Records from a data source
━━━━━━━━━━━━━━━━━━━━━━━━━━━━━━

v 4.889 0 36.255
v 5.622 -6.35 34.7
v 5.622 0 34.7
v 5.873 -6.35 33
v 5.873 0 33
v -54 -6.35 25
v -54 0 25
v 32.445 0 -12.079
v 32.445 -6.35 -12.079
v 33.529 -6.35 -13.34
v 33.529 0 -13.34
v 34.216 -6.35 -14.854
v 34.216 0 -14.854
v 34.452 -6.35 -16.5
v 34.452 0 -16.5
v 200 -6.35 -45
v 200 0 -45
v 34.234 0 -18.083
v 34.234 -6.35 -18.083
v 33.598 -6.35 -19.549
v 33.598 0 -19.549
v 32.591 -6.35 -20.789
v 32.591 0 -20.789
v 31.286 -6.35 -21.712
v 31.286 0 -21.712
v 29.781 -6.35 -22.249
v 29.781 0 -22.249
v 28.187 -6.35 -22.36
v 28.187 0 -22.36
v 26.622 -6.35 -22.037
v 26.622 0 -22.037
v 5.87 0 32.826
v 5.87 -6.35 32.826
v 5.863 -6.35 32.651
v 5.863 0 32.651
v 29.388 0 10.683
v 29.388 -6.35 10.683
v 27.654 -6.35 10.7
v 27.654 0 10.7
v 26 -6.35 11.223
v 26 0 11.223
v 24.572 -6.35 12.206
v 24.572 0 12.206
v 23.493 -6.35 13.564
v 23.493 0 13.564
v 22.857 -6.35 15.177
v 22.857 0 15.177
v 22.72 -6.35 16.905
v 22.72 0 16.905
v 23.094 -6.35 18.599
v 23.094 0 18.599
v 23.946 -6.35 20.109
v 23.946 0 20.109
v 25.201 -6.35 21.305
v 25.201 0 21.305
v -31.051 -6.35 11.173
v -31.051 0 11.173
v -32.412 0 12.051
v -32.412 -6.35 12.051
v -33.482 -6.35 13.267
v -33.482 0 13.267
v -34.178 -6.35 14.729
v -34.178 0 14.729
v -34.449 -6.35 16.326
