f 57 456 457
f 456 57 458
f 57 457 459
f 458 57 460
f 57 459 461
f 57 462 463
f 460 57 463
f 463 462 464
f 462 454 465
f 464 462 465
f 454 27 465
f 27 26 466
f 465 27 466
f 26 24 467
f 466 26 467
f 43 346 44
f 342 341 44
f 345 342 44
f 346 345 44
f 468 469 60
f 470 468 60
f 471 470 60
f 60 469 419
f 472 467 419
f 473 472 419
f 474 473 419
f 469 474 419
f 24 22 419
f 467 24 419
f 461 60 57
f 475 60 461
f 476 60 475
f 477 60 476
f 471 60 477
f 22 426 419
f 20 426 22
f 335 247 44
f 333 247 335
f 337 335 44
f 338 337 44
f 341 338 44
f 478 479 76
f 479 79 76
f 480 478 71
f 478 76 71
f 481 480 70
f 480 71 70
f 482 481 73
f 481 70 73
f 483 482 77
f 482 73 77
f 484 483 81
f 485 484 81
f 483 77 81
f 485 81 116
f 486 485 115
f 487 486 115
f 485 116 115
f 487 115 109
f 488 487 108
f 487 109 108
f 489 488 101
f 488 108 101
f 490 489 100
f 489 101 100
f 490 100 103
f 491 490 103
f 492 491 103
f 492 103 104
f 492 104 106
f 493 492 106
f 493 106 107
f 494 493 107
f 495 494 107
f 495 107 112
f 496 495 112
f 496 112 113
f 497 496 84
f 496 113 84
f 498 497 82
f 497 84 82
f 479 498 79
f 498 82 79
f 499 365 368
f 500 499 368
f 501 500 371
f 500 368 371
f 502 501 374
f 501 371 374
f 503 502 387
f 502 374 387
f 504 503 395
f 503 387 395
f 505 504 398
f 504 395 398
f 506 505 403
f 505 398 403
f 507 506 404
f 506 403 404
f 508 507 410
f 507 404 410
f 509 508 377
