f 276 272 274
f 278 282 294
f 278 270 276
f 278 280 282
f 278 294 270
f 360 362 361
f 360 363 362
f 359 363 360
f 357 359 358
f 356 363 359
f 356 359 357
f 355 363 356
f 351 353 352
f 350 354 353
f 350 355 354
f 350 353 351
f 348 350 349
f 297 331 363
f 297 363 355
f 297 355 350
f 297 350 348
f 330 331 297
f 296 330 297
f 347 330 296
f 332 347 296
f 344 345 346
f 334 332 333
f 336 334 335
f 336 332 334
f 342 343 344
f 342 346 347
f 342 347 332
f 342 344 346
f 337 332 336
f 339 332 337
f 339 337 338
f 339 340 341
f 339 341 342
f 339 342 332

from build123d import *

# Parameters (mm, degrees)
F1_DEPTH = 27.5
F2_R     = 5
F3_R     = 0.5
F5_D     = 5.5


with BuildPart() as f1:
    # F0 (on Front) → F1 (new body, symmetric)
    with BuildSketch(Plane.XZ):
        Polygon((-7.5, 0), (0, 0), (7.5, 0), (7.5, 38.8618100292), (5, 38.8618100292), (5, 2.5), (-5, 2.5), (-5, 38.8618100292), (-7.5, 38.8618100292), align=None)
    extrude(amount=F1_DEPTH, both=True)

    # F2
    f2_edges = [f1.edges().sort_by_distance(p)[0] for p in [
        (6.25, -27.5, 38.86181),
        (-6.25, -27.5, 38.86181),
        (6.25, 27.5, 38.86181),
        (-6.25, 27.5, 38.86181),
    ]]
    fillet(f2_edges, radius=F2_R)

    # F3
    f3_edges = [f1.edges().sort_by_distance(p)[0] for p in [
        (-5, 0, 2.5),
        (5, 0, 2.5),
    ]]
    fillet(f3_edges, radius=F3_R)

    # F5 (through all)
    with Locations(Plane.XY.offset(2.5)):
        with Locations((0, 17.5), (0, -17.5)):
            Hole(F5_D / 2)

━━━━━━━━━━━━━━━━━━━━━━━━━━━━━━

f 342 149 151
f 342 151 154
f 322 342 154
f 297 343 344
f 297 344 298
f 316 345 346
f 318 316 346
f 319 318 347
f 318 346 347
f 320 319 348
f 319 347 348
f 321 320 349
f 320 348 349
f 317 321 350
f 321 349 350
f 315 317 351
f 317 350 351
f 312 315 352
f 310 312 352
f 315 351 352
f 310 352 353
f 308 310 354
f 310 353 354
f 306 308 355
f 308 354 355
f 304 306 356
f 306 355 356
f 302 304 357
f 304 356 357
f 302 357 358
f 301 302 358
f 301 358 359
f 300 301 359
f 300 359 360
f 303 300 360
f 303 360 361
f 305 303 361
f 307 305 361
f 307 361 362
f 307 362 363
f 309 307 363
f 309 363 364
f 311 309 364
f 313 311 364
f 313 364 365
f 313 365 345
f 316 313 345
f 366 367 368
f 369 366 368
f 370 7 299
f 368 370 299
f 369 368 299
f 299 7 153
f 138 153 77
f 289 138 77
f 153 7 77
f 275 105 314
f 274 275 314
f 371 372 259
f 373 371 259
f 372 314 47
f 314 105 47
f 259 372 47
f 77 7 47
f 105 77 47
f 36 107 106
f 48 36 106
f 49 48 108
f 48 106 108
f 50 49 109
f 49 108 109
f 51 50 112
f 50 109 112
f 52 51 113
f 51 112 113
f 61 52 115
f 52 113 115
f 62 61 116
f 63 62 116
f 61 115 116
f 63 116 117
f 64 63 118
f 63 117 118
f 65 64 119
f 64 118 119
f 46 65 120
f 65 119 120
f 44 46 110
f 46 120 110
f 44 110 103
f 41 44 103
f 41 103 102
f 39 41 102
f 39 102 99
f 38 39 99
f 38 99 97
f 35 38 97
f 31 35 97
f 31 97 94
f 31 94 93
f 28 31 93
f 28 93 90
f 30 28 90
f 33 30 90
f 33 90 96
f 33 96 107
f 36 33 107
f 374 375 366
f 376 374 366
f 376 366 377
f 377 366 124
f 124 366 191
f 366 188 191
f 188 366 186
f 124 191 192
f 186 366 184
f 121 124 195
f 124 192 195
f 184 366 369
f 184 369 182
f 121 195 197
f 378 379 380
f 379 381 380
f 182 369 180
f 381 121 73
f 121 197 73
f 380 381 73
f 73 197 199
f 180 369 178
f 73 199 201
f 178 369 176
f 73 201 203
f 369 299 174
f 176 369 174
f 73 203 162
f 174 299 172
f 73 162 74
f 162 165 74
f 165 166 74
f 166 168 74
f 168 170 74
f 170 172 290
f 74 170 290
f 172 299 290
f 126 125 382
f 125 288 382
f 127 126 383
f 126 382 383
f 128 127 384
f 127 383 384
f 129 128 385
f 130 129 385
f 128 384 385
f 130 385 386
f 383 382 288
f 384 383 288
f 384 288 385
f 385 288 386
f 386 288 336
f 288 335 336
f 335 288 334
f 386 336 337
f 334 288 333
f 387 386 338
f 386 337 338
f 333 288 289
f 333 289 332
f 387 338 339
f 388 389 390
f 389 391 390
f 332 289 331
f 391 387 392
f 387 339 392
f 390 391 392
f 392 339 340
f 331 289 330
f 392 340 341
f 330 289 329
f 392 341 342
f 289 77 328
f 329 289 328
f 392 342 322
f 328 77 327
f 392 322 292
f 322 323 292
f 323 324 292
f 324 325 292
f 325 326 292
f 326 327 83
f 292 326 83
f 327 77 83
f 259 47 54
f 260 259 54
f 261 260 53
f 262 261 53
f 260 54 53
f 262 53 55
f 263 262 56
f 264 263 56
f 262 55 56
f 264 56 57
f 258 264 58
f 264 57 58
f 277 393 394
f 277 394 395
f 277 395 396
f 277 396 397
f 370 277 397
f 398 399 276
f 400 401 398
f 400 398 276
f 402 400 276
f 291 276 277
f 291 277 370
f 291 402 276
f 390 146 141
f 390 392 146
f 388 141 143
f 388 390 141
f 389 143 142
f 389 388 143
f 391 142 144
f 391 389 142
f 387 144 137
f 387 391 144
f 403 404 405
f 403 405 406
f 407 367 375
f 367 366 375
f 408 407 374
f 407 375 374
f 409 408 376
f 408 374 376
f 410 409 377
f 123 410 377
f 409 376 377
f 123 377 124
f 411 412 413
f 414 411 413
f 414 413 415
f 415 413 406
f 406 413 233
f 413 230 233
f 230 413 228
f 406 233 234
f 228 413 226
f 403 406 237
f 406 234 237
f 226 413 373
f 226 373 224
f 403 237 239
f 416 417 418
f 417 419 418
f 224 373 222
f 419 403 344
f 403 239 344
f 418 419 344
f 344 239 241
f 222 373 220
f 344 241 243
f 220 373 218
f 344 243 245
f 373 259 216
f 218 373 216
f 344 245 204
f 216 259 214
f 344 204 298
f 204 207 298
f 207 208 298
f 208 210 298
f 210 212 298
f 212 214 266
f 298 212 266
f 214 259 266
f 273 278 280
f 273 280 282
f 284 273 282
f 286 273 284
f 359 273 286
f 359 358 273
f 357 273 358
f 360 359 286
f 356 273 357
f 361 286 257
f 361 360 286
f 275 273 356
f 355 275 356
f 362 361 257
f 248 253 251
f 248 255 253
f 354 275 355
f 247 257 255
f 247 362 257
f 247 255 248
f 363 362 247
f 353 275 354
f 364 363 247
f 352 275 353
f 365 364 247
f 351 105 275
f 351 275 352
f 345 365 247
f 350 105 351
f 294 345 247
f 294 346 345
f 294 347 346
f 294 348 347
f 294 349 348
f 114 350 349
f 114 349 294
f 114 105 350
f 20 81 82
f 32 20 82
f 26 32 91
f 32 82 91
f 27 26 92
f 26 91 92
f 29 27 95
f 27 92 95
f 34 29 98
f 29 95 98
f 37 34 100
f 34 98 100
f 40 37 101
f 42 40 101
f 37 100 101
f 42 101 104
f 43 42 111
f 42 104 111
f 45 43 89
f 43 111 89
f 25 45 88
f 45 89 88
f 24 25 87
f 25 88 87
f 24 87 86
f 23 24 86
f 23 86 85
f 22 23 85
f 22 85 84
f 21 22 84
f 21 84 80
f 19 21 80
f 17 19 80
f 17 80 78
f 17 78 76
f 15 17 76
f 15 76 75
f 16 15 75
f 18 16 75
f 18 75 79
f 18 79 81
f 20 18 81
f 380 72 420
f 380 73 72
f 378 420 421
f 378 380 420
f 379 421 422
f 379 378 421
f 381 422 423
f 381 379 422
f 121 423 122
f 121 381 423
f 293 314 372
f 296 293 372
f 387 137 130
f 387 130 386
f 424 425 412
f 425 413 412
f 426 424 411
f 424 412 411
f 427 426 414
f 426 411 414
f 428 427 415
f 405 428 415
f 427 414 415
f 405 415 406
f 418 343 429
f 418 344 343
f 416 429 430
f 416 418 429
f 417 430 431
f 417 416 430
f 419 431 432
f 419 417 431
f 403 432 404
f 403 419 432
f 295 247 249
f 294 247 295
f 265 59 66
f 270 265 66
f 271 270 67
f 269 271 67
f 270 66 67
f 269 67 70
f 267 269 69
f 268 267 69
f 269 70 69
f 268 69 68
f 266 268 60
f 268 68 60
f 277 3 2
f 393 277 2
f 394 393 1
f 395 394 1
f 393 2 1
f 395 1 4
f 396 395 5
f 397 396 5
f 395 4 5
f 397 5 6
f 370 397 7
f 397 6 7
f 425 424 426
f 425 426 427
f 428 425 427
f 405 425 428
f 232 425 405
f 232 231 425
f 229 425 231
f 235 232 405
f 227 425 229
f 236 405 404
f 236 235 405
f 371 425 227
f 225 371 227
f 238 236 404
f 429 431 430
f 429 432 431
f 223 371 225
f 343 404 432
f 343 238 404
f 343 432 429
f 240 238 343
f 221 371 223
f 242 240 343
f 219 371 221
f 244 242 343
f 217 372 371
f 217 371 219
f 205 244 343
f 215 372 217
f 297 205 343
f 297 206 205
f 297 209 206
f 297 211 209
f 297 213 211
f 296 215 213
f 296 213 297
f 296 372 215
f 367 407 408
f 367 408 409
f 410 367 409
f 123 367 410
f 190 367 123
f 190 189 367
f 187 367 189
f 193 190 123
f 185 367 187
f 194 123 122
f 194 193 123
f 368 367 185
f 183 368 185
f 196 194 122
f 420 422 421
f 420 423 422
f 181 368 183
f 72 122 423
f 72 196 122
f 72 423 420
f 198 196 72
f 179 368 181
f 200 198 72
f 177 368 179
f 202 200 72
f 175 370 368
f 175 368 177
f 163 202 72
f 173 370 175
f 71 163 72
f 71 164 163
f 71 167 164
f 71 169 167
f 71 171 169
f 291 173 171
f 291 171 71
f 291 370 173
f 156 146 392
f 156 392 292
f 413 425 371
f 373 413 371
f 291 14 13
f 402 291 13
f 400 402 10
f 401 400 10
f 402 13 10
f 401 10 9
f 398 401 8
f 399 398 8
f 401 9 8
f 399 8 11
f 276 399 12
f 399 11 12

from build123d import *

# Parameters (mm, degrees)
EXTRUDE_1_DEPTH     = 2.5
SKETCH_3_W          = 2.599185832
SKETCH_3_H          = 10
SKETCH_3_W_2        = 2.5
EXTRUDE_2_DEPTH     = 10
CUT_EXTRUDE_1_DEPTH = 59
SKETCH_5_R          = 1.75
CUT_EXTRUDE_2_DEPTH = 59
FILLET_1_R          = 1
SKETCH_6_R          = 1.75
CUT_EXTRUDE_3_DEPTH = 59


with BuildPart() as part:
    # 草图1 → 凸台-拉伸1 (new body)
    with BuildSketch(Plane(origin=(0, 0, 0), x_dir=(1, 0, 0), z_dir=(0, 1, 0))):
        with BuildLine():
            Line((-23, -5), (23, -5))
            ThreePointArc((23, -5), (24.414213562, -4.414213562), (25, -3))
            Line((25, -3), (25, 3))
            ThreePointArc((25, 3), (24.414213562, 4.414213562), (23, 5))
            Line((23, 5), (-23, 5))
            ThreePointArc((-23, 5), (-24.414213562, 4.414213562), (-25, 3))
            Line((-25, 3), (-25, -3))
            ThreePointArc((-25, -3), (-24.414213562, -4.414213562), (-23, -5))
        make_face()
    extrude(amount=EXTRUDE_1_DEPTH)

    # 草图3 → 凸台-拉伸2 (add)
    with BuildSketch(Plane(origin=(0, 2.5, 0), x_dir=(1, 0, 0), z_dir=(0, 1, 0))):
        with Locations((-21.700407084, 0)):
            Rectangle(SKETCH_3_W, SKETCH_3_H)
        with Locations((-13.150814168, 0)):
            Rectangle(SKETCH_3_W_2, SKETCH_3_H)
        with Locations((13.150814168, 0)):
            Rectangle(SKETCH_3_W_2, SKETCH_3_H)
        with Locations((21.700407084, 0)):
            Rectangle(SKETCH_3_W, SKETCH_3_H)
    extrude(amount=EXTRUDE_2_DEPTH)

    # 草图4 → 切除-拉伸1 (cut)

━━━━━━━━━━━━━━━━━━━━━━━━━━━━━━

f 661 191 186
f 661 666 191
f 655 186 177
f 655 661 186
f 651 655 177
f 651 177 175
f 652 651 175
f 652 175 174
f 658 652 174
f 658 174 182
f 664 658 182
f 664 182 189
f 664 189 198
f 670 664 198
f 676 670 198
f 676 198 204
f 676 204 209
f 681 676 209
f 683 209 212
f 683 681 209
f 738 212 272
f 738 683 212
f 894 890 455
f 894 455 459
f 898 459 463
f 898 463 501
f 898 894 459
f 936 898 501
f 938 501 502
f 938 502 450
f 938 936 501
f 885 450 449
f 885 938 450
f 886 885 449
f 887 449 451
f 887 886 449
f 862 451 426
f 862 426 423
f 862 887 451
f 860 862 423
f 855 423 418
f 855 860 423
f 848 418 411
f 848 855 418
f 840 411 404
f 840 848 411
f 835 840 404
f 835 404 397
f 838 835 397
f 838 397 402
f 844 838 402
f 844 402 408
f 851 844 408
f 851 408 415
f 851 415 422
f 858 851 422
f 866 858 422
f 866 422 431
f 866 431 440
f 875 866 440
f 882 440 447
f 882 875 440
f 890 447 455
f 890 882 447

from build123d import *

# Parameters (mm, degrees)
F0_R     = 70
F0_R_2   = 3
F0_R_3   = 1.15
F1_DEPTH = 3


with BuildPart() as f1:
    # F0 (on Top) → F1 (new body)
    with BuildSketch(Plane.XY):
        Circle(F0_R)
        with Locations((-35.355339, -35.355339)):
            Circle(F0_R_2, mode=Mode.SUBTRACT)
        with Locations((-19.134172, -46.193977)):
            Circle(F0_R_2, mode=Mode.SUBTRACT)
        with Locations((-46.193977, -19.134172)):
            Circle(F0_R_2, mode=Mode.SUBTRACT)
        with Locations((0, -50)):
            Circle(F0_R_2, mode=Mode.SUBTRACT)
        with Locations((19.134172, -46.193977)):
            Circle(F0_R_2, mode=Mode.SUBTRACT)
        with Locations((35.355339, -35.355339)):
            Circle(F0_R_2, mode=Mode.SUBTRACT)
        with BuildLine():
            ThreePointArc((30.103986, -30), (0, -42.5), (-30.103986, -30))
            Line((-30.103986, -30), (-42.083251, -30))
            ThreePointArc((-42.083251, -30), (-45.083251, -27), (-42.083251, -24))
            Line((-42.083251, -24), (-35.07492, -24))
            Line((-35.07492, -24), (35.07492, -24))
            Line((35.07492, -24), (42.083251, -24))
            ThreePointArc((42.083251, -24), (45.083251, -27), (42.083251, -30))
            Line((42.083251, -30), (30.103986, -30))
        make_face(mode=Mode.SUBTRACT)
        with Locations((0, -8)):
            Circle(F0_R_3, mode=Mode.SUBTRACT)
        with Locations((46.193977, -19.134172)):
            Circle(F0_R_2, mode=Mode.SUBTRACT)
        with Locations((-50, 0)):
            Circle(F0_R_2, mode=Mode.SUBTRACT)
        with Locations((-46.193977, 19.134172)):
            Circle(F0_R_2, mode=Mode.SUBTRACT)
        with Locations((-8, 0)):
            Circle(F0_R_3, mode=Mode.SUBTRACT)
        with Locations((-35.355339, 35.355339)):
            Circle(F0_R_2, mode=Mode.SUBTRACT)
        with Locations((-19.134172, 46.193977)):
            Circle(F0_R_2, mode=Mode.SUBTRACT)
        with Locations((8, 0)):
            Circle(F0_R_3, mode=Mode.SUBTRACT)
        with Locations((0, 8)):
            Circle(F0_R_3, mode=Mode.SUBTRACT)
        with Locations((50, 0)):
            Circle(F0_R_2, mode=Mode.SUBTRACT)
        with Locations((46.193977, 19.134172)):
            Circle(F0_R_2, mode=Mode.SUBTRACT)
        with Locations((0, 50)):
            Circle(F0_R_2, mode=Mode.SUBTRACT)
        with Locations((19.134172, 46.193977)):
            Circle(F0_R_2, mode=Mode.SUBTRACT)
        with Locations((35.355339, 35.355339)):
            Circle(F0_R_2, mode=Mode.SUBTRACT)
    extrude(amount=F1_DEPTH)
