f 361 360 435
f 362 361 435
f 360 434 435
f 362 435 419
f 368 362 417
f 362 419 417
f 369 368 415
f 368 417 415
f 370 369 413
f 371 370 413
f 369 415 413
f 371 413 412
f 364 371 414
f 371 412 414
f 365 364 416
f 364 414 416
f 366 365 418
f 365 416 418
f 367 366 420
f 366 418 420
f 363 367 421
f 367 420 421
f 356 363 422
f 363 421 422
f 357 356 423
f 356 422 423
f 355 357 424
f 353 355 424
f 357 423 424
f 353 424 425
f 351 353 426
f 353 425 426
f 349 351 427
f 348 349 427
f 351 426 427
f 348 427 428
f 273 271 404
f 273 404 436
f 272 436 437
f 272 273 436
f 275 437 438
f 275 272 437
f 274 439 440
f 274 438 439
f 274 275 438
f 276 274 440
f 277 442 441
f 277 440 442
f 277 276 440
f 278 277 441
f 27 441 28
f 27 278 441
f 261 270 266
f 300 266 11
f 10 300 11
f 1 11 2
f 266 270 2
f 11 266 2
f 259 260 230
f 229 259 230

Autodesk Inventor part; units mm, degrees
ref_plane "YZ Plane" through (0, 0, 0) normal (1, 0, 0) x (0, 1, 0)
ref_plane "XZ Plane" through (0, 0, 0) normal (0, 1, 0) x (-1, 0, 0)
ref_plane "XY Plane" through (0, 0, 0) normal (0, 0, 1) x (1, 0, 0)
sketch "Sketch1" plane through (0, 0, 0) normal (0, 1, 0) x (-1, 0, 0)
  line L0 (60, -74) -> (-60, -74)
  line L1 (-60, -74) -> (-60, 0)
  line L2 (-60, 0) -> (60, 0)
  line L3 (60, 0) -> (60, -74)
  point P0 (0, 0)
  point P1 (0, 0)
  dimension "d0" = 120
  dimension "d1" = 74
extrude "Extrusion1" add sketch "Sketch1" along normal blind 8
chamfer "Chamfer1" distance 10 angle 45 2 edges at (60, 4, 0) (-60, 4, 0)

━━━━━━━━━━━━━━━━━━━━━━━━━━━━━━

Return, with no change at all, every line in the entries above from the line containing "f 885 450 449" through the line containing "Line((-30.103986, -30), (-42.083251, -30))".

> Task answer:
f 885 450 449
f 885 938 450
f 886 885 449
f 887 449 451
f 887 886 449
f 862 451 426
f 862 426 423
f 862 887 451
f 860 862 423
f 855 423 418
f 855 860 423
f 848 418 411
f 848 855 418
f 840 411 404
f 840 848 411
f 835 840 404
f 835 404 397
f 838 835 397
f 838 397 402
f 844 838 402
f 844 402 408
f 851 844 408
f 851 408 415
f 851 415 422
f 858 851 422
f 866 858 422
f 866 422 431
f 866 431 440
f 875 866 440
f 882 440 447
f 882 875 440
f 890 447 455
f 890 882 447

from build123d import *

# Parameters (mm, degrees)
F0_R     = 70
F0_R_2   = 3
F0_R_3   = 1.15
F1_DEPTH = 3


with BuildPart() as f1:
    # F0 (on Top) → F1 (new body)
    with BuildSketch(Plane.XY):
        Circle(F0_R)
        with Locations((-35.355339, -35.355339)):
            Circle(F0_R_2, mode=Mode.SUBTRACT)
        with Locations((-19.134172, -46.193977)):
            Circle(F0_R_2, mode=Mode.SUBTRACT)
        with Locations((-46.193977, -19.134172)):
            Circle(F0_R_2, mode=Mode.SUBTRACT)
        with Locations((0, -50)):
            Circle(F0_R_2, mode=Mode.SUBTRACT)
        with Locations((19.134172, -46.193977)):
            Circle(F0_R_2, mode=Mode.SUBTRACT)
        with Locations((35.355339, -35.355339)):
            Circle(F0_R_2, mode=Mode.SUBTRACT)
        with BuildLine():
            ThreePointArc((30.103986, -30), (0, -42.5), (-30.103986, -30))
            Line((-30.103986, -30), (-42.083251, -30))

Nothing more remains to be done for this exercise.